*** Begin section ***

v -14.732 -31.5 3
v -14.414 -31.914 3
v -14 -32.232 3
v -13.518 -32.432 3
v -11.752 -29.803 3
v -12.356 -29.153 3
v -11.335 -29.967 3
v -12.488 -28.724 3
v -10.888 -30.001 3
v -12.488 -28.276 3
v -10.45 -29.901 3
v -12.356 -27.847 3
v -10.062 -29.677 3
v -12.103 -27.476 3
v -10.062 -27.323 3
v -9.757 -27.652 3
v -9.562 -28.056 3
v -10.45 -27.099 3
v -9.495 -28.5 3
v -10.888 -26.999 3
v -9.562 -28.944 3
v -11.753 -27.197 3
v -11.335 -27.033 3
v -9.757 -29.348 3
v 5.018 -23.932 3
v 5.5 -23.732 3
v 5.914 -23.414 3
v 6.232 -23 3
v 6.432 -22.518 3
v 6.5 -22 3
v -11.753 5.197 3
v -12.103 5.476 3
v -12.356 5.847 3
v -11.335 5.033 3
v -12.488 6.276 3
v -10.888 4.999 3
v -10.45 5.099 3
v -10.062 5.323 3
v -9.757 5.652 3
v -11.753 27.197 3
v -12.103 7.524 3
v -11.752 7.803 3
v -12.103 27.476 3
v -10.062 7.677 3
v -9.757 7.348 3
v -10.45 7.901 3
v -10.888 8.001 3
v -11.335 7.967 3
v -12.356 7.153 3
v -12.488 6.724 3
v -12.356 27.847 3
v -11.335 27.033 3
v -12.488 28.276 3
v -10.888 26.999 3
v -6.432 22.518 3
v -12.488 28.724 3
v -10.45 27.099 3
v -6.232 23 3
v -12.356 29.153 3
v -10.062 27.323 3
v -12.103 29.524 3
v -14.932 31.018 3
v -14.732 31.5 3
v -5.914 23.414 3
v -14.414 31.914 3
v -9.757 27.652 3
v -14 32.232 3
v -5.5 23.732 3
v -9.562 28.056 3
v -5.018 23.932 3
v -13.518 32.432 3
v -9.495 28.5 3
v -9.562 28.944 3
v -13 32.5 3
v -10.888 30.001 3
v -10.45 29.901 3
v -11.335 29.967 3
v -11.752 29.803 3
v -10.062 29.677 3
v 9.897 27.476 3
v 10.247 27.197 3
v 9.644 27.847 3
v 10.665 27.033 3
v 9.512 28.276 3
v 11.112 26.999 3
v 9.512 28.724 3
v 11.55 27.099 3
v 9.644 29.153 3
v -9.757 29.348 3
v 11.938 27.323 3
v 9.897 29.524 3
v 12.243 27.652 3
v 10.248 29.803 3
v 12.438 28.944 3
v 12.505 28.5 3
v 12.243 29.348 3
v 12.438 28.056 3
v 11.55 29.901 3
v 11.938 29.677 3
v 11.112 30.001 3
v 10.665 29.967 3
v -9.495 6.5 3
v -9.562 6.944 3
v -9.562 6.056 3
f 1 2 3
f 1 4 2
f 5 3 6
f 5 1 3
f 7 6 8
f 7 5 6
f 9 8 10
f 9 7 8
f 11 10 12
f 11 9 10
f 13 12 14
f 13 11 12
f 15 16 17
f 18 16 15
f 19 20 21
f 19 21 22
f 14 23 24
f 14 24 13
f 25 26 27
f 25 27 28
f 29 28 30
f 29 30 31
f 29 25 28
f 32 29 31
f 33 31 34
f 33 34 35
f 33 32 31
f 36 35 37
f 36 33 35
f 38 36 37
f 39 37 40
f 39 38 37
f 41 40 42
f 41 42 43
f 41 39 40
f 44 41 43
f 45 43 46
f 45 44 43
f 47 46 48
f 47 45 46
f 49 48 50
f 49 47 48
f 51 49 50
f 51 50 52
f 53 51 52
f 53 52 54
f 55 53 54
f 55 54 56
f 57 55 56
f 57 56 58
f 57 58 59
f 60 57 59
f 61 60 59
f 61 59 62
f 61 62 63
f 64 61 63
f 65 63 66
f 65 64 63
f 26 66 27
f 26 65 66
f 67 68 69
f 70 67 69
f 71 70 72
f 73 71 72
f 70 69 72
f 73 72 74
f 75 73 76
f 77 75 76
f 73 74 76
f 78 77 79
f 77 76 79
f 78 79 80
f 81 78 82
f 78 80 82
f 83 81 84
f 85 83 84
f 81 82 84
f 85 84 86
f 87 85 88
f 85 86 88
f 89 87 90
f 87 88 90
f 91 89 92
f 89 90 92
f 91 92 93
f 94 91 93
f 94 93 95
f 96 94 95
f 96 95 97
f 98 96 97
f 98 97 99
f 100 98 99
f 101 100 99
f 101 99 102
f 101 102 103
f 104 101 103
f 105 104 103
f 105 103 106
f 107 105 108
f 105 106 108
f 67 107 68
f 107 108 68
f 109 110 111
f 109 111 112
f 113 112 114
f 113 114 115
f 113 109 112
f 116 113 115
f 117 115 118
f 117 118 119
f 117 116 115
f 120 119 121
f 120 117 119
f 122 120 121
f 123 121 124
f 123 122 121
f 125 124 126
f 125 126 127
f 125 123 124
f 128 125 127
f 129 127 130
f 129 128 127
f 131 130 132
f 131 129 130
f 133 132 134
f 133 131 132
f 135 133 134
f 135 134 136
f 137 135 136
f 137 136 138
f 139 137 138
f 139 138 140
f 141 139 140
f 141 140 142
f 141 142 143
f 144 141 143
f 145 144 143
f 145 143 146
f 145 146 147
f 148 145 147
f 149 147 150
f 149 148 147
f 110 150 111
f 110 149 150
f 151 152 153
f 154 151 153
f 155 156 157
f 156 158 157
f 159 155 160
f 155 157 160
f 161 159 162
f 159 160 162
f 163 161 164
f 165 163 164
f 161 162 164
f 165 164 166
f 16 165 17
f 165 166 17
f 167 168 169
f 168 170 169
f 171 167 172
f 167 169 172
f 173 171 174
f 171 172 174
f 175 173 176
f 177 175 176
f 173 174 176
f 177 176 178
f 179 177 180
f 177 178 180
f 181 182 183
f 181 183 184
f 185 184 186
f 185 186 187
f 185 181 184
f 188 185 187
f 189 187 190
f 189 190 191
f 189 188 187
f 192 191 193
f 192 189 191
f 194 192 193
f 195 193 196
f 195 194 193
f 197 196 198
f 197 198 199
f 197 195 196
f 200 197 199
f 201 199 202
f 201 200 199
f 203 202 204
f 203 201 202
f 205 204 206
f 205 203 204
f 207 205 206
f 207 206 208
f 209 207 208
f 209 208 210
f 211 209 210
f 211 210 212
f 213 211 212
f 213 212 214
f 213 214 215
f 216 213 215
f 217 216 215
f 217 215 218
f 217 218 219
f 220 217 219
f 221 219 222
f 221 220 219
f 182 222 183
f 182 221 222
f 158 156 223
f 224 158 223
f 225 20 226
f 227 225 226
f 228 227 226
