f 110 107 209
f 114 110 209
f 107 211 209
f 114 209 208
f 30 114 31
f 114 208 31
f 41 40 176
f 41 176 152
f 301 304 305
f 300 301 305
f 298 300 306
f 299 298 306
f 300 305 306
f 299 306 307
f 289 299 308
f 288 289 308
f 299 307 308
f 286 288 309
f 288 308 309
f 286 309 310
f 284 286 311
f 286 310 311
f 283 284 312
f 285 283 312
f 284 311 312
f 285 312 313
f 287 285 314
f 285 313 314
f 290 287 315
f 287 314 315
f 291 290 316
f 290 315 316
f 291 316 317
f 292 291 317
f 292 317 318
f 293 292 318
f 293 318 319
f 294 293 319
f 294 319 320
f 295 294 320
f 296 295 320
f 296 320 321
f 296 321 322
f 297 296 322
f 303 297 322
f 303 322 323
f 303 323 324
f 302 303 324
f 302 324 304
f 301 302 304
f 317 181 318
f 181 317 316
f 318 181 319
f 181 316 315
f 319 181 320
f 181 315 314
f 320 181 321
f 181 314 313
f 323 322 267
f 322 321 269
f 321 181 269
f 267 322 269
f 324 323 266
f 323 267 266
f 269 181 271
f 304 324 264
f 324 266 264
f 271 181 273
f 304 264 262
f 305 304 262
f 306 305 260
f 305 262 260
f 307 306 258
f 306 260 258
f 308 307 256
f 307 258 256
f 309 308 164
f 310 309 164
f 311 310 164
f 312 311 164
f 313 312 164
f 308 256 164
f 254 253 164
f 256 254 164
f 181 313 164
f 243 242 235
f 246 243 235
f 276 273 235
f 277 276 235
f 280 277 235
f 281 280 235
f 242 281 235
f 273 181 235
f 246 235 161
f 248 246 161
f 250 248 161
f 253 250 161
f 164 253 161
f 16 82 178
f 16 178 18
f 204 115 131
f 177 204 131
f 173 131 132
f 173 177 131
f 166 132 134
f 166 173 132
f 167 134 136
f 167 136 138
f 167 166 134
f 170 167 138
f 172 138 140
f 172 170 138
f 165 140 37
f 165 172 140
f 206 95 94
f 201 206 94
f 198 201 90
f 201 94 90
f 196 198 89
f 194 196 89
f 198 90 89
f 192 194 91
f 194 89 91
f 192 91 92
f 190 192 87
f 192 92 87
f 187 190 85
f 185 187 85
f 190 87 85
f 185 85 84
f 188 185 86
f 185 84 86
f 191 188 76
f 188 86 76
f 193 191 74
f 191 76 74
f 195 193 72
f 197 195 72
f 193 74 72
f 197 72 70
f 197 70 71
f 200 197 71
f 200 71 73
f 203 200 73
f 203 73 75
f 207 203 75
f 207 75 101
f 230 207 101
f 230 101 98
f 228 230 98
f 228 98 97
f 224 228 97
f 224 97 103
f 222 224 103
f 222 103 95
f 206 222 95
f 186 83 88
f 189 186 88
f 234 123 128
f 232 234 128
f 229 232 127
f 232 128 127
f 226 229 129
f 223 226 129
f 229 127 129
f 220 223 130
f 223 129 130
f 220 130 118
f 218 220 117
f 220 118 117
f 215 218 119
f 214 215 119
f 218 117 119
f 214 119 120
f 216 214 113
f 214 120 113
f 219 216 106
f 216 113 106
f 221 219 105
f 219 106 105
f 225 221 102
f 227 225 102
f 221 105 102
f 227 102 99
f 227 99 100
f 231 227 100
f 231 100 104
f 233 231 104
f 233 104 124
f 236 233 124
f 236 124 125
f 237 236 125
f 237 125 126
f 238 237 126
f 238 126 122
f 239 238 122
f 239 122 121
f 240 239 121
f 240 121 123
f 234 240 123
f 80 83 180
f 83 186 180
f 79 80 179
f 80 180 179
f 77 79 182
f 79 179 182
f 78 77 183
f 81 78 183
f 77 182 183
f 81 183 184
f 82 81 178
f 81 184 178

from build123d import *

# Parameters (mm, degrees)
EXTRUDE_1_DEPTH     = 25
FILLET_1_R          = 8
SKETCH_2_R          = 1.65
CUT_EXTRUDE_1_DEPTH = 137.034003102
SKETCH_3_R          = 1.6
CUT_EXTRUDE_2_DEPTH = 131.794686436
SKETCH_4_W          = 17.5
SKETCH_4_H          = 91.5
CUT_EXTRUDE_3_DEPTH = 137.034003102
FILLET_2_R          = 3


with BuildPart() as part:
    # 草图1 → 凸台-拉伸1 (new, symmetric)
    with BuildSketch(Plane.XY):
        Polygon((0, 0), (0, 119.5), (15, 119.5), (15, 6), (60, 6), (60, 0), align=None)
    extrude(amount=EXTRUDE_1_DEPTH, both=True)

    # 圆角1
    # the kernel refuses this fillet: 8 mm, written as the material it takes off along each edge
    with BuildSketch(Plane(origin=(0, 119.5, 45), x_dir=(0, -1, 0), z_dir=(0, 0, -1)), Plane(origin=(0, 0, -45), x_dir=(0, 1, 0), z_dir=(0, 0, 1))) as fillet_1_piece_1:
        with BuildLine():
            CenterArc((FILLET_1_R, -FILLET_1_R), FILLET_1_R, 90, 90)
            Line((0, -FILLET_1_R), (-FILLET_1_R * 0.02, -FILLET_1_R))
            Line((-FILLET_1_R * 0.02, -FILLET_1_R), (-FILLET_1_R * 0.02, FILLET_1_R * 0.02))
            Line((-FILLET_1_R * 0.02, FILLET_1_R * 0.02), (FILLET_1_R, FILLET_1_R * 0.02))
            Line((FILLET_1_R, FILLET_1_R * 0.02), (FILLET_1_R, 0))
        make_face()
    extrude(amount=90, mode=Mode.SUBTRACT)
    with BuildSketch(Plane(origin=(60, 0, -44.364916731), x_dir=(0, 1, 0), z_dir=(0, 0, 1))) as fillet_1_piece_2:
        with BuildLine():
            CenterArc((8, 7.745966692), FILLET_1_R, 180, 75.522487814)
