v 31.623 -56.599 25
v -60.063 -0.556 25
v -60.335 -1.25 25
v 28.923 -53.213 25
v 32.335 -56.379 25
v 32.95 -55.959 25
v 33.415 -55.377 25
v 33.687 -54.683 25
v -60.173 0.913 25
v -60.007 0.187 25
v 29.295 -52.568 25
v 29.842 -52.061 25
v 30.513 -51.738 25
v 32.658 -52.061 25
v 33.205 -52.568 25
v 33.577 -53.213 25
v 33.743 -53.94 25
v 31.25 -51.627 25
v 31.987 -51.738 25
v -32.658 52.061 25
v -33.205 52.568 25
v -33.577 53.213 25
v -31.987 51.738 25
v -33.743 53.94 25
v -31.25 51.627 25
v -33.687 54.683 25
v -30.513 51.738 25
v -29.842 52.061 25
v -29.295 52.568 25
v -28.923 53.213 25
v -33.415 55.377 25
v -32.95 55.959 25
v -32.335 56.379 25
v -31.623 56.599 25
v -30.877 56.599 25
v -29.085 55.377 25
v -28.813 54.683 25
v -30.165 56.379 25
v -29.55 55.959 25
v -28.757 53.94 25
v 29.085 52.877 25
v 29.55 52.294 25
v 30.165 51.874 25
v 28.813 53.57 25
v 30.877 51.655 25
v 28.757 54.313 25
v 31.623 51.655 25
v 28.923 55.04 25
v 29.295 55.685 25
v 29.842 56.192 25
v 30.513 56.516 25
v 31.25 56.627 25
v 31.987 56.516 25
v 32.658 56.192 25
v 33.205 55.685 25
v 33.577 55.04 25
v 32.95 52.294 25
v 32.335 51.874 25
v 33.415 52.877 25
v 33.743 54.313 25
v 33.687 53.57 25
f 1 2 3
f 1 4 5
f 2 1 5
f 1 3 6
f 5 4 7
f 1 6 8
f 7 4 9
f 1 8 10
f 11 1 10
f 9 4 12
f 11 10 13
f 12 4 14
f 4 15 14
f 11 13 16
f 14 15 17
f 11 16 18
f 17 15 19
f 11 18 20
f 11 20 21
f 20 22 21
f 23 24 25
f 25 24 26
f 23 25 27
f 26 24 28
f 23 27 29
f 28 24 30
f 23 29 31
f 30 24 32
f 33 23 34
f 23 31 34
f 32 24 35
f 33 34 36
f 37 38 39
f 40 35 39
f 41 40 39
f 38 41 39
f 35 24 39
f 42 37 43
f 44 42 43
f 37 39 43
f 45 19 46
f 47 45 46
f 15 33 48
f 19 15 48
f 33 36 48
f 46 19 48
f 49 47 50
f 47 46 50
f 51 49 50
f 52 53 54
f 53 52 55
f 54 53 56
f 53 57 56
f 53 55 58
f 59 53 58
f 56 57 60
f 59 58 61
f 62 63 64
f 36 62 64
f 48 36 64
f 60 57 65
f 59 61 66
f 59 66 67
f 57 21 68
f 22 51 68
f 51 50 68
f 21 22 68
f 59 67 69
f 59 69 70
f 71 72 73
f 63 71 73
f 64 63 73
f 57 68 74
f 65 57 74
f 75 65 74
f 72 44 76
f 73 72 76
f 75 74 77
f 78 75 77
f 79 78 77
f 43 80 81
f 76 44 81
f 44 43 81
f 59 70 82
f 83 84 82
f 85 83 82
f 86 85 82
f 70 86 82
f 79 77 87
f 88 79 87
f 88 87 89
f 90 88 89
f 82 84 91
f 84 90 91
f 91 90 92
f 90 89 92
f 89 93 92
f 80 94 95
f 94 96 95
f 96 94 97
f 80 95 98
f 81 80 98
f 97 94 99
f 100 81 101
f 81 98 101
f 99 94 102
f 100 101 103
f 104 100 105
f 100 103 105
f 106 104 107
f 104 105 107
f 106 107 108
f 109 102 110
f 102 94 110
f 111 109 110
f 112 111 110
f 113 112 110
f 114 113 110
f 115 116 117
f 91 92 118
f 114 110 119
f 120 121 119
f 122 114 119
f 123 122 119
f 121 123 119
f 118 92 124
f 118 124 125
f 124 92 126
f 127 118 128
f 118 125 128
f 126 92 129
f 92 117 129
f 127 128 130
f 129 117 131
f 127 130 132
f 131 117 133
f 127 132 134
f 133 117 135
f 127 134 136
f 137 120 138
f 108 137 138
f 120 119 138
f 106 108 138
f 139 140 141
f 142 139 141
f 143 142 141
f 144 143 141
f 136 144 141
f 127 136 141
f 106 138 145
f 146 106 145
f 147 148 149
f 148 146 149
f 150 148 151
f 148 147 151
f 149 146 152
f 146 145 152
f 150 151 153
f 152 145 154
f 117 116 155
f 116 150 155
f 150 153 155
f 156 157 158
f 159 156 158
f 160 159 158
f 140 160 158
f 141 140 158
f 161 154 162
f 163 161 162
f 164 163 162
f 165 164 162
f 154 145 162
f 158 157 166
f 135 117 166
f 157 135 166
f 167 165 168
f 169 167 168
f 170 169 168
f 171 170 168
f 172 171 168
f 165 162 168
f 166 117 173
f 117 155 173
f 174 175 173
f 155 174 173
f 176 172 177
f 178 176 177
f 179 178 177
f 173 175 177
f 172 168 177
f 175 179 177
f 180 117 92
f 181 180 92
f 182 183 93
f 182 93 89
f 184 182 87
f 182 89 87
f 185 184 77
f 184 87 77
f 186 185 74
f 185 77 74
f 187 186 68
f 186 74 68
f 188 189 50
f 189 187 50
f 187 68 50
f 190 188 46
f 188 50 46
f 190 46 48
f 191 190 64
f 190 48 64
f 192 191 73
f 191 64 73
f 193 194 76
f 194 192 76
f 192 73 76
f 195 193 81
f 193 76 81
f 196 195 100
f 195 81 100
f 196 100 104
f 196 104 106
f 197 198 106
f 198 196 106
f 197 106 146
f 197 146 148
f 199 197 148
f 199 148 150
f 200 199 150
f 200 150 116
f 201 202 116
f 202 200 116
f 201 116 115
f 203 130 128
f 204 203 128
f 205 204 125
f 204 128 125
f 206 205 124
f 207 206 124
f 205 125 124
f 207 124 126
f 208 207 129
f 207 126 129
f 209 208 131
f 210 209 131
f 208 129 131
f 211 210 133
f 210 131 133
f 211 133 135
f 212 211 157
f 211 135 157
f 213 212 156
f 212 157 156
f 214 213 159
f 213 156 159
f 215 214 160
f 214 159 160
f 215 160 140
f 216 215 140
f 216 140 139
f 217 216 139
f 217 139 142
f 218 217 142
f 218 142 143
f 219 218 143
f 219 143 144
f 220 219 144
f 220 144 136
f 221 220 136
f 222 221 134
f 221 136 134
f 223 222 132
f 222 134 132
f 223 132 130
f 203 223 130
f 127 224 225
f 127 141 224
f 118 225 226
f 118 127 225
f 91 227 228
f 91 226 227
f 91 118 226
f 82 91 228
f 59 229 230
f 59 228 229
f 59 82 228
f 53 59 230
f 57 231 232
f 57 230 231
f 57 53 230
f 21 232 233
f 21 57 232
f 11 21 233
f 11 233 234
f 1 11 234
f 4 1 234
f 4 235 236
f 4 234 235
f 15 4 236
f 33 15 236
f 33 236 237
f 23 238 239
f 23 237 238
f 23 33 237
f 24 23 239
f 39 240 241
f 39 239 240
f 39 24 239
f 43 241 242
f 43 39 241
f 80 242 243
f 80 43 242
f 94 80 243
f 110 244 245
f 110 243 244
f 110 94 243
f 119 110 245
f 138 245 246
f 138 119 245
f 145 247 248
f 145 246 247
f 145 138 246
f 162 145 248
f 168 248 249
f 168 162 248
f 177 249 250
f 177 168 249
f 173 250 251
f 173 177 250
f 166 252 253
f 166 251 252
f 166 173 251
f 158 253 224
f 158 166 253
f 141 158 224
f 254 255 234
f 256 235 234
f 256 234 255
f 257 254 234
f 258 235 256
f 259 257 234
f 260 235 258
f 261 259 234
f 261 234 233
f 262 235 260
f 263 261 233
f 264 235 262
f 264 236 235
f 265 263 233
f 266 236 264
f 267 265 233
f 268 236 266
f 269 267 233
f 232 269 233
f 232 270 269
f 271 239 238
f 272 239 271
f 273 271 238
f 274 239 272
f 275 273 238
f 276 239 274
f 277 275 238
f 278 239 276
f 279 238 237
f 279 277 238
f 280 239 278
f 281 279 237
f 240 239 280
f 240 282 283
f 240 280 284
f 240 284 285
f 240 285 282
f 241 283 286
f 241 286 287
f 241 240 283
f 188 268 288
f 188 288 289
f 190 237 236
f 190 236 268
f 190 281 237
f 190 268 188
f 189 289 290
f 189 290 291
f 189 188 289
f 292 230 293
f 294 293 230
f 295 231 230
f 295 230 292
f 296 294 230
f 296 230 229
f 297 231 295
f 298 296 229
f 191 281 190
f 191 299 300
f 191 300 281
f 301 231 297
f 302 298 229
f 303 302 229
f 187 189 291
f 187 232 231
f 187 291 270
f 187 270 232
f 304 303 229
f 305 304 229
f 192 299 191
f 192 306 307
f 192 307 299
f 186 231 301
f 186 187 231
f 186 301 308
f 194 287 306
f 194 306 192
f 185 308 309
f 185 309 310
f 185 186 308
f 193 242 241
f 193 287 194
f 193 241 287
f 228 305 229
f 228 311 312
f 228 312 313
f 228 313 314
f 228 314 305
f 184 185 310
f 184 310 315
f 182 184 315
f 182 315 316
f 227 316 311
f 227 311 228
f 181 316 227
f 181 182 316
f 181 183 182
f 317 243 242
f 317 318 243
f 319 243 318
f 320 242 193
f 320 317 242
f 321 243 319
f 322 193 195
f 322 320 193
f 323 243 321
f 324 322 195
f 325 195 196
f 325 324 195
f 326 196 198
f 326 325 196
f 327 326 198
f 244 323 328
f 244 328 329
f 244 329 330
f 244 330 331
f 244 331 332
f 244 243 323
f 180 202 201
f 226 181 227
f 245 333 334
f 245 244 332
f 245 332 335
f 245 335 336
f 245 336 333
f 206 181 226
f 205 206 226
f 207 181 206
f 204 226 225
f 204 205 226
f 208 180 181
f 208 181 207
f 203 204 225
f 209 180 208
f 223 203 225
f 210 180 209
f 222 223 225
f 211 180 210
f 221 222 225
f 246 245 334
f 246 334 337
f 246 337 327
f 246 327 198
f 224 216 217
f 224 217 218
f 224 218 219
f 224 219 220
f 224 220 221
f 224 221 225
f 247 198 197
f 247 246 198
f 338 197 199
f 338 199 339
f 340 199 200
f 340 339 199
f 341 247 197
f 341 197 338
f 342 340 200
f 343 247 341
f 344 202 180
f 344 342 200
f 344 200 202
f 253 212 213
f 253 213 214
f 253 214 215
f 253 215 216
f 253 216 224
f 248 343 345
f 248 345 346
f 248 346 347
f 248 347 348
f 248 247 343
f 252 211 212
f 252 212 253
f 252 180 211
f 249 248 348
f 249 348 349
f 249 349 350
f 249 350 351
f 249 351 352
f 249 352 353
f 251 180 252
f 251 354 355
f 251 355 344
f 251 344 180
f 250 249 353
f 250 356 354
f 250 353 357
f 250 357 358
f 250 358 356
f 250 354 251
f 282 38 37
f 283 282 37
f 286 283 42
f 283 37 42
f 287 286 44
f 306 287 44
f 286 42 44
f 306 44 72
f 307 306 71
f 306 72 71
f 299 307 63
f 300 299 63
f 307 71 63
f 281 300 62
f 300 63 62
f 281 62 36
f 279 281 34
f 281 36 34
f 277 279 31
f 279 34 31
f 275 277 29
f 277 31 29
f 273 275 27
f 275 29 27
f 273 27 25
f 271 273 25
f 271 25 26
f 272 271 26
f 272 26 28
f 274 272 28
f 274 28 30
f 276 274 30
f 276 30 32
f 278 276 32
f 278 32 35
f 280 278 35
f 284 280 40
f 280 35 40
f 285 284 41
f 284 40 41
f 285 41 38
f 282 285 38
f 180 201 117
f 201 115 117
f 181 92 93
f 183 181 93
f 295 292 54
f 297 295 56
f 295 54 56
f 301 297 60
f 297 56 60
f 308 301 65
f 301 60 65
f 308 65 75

*** End section ***

**Directions for this task**
Using the listing above, show every line that includes the string "with".

**Task answer**
with BuildPart() as part:
    with BuildSketch(Plane.XY):
    with BuildSketch(Plane(origin=(0, 119.5, 45), x_dir=(0, -1, 0), z_dir=(0, 0, -1)), Plane(origin=(0, 0, -45), x_dir=(0, 1, 0), z_dir=(0, 0, 1))) as fillet_1_piece_1:
        with BuildLine():
    with BuildSketch(Plane(origin=(60, 0, -44.364916731), x_dir=(0, 1, 0), z_dir=(0, 0, 1))) as fillet_1_piece_2:
        with BuildLine():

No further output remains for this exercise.